[Task inputs]
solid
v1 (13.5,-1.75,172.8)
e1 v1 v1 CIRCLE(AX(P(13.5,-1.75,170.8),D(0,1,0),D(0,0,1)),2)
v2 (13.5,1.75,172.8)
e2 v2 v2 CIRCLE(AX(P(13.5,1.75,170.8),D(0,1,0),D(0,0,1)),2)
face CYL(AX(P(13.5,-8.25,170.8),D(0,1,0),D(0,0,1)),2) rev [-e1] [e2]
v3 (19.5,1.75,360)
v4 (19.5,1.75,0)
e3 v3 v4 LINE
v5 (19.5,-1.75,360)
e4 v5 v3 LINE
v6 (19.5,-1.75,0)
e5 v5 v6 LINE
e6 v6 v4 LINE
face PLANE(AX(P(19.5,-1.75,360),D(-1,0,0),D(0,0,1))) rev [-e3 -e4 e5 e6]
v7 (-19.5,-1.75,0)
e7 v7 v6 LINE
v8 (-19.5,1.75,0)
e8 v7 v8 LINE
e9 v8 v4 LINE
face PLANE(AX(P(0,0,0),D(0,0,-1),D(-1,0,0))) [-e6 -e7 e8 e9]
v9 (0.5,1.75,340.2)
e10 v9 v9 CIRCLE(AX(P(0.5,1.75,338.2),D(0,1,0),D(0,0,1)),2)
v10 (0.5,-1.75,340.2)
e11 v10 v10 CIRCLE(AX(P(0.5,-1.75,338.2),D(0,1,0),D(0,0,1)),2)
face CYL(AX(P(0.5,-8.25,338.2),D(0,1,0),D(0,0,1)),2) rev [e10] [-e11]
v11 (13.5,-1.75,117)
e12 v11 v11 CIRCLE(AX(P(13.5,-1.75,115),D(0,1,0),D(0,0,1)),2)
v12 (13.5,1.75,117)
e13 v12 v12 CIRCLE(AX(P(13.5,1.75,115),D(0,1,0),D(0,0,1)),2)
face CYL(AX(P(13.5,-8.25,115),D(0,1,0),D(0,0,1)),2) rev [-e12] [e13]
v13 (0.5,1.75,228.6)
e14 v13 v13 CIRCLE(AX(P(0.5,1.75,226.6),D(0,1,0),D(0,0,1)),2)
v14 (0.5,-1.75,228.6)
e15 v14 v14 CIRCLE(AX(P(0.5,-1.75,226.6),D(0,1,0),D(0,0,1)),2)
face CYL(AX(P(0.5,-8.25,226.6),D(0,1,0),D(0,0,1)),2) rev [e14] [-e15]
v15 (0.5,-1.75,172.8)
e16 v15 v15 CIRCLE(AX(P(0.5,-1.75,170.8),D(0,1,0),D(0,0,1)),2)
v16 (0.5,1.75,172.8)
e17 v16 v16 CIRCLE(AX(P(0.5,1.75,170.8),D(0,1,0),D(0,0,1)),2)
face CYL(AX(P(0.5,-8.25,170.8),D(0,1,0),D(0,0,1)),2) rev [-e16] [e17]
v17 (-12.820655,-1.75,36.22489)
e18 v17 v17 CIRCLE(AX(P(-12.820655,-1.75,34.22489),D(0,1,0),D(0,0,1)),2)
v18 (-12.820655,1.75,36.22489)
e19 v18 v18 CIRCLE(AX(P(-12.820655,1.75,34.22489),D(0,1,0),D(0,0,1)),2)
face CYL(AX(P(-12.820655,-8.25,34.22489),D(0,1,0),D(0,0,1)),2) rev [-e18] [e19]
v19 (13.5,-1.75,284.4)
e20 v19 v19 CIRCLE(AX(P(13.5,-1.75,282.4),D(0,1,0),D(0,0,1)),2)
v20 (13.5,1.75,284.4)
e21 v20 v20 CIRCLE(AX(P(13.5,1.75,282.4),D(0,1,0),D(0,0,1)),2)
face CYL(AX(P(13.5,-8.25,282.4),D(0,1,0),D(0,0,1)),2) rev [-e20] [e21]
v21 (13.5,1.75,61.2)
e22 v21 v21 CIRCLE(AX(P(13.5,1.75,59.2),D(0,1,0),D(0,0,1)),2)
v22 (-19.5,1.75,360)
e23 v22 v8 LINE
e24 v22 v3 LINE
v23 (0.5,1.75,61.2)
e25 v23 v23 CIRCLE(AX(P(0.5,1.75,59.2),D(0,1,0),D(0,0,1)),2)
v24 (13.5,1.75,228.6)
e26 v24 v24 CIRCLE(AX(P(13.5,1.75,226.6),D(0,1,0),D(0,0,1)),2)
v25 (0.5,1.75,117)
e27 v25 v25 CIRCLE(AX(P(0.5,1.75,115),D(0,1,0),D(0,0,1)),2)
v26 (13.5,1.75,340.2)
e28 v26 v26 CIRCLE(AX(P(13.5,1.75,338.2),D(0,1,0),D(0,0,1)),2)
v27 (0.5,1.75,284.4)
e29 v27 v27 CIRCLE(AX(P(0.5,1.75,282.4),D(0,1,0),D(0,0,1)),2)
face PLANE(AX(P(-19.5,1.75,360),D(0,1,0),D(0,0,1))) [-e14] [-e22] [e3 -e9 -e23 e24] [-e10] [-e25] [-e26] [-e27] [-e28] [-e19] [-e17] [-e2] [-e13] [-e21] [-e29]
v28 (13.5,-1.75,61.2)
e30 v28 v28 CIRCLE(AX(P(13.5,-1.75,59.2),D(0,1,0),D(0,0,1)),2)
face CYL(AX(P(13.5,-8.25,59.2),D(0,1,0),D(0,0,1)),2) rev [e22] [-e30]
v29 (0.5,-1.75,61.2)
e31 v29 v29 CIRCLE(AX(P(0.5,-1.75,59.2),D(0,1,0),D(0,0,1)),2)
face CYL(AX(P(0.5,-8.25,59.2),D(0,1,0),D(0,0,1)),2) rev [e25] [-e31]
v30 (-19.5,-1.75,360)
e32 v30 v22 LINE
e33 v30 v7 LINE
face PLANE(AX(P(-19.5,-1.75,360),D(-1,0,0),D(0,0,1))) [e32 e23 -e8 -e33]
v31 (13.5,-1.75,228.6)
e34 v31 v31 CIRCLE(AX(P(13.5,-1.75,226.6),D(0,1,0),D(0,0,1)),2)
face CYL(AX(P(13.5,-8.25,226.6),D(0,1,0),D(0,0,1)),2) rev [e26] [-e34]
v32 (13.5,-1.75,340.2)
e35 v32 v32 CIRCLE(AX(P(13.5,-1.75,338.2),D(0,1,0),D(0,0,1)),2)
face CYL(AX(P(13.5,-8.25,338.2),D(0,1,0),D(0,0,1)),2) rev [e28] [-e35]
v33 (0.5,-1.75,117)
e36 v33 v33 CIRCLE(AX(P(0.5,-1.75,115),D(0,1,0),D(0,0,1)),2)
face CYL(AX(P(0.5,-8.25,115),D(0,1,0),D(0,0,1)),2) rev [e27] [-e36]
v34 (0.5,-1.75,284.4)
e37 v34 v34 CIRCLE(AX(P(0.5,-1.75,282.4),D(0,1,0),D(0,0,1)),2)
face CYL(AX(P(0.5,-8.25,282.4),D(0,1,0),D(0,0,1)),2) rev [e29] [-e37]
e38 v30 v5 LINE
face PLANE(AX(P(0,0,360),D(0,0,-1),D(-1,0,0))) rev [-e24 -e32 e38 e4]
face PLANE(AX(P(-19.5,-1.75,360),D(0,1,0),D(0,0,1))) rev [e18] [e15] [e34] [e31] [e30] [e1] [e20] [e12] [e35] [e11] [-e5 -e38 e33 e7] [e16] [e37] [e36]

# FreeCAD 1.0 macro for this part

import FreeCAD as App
import Part
import Sketcher

V = App.Vector
Q = App.Units.Quantity


def add_polygon(sketch, points):
    """Adds a closed chain of lines whose ends are joined by coincident constraints."""
    first, n = sketch.GeometryCount, len(points)
    for a, b in zip(points, points[1:] + points[:1]):
        sketch.addGeometry(Part.LineSegment(App.Vector(*a, 0), App.Vector(*b, 0)), False)
    for i in range(n):
        sketch.addConstraint(Sketcher.Constraint("Coincident", first + i, 2, first + (i + 1) % n, 1))

doc = App.newDocument("Part")
params = doc.addObject("Spreadsheet::Sheet", "Params")
for row, (alias, value) in enumerate([
    ("sketch1_width", "39 mm"),
    ("sketch1_height", "3.5 mm"),
    ("pad1_length", "360 mm"),
    ("sketch2_diameter", "4 mm"),
    ("pocket1_length", "10 mm"),
    ("sketch3_diameter", "4 mm"),
    ("pocket2_length", "10 mm"),
    ("linearpattern_pitch", "55.8 mm"),
], start=1):
    params.set(f"A{row}", alias)
    params.set(f"B{row}", "=" + value)
    params.setAlias(f"B{row}", alias)

body = doc.addObject("PartDesign::Body", "Body")

# Sketch on XY plane
sketch1 = body.newObject("Sketcher::SketchObject", "Sketch")
sketch1.AttachmentSupport = (doc.getObject("XY_Plane"), [""])
sketch1.MapMode = "FlatFace"
add_polygon(sketch1, [(-19.5, 1.8), (-19.5, -1.8), (19.5, -1.8), (19.5, 1.8)])  # lines 0-3
sketch1.addConstraint([
    Sketcher.Constraint("Vertical", 0),
    Sketcher.Constraint("Horizontal", 1),
    Sketcher.Constraint("Vertical", 2),
    Sketcher.Constraint("Horizontal", 3),
    Sketcher.Constraint("Symmetric", 0, 2, 2, 2, -1, 1),
    Sketcher.Constraint("DistanceX", 1, 1, 1, 2, Q("39 mm")),
    Sketcher.Constraint("DistanceY", 0, 2, 0, 1, Q("3.5 mm")),
])
sketch1.setExpression("Constraints[9]", "Params.sketch1_width")
sketch1.setExpression("Constraints[10]", "Params.sketch1_height")
pad1 = body.newObject("PartDesign::Pad", "Pad")
pad1.Profile = sketch1
pad1.setExpression("Length", "Params.pad1_length")

# Sketch on XZ plane
sketch2 = body.newObject("Sketcher::SketchObject", "Sketch001")
sketch2.AttachmentSupport = (doc.getObject("XZ_Plane"), [""])
sketch2.MapMode = "FlatFace"
sketch2.AttachmentOffset = App.Placement(V(0, 0, -1.75), App.Rotation())
sketch2.addGeometry(Part.Circle(V(-12.8, 34.2, 0), V(0, 0, 1), 2), False)
sketch2.addConstraint([
    Sketcher.Constraint("Diameter", 0, Q("4 mm")),
    Sketcher.Constraint("DistanceY", -1, 1, 0, 3, Q("34.22489 mm")),
    Sketcher.Constraint("DistanceX", 0, 3, -1, 1, Q("12.820655 mm")),
])
sketch2.setExpression("Constraints[0]", "Params.sketch2_diameter")
pocket1 = body.newObject("PartDesign::Pocket", "Pocket")
pocket1.Profile = sketch2
pocket1.setExpression("Length", "Params.pocket1_length")
pocket1.Reversed = True

# Sketch on XZ plane
sketch3 = body.newObject("Sketcher::SketchObject", "Sketch002")
sketch3.AttachmentSupport = (doc.getObject("XZ_Plane"), [""])
sketch3.MapMode = "FlatFace"
sketch3.AttachmentOffset = App.Placement(V(0, 0, -1.75), App.Rotation())
sketch3.addGeometry([
    Part.Circle(V(0.5, 59.2, 0), V(0, 0, 1), 2),
    Part.Circle(V(13.5, 59.2, 0), V(0, 0, 1), 2),
], False)
sketch3.addConstraint([
    Sketcher.Constraint("Equal", 0, 1),
    Sketcher.Constraint("Horizontal", 0, 3, 1, 3),
    Sketcher.Constraint("Diameter", 0, Q("4 mm")),
    Sketcher.Constraint("DistanceX", 0, 3, 1, 3, Q("13 mm")),
    Sketcher.Constraint("DistanceX", -1, 1, 0, 3, Q("0.5 mm")),
    Sketcher.Constraint("DistanceY", -1, 1, 0, 3, Q("59.2 mm")),
])
sketch3.setExpression("Constraints[2]", "Params.sketch3_diameter")
pocket2 = body.newObject("PartDesign::Pocket", "Pocket001")
pocket2.Profile = sketch3
pocket2.setExpression("Length", "Params.pocket2_length")
pocket2.Reversed = True
doc.recompute()

linearpattern = body.newObject("PartDesign::LinearPattern", "LinearPattern")
linearpattern.Originals = [pocket2]
linearpattern.Direction = (doc.getObject("Z_Axis"), [""])
linearpattern.Mode = "offset"
linearpattern.setExpression("Offset", "Params.linearpattern_pitch")
linearpattern.Occurrences = 6
body.Tip = linearpattern

doc.recompute()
[/Task inputs]
→ Work item:
Copying word for word, give each line of the data above from the first one through the line containing "v9 (0.5,1.75,340.2)", and nothing else.

→ Exercise answer:
solid
v1 (13.5,-1.75,172.8)
e1 v1 v1 CIRCLE(AX(P(13.5,-1.75,170.8),D(0,1,0),D(0,0,1)),2)
v2 (13.5,1.75,172.8)
e2 v2 v2 CIRCLE(AX(P(13.5,1.75,170.8),D(0,1,0),D(0,0,1)),2)
face CYL(AX(P(13.5,-8.25,170.8),D(0,1,0),D(0,0,1)),2) rev [-e1] [e2]
v3 (19.5,1.75,360)
v4 (19.5,1.75,0)
e3 v3 v4 LINE
v5 (19.5,-1.75,360)
e4 v5 v3 LINE
v6 (19.5,-1.75,0)
e5 v5 v6 LINE
e6 v6 v4 LINE
face PLANE(AX(P(19.5,-1.75,360),D(-1,0,0),D(0,0,1))) rev [-e3 -e4 e5 e6]
v7 (-19.5,-1.75,0)
e7 v7 v6 LINE
v8 (-19.5,1.75,0)
e8 v7 v8 LINE
e9 v8 v4 LINE
face PLANE(AX(P(0,0,0),D(0,0,-1),D(-1,0,0))) [-e6 -e7 e8 e9]
v9 (0.5,1.75,340.2)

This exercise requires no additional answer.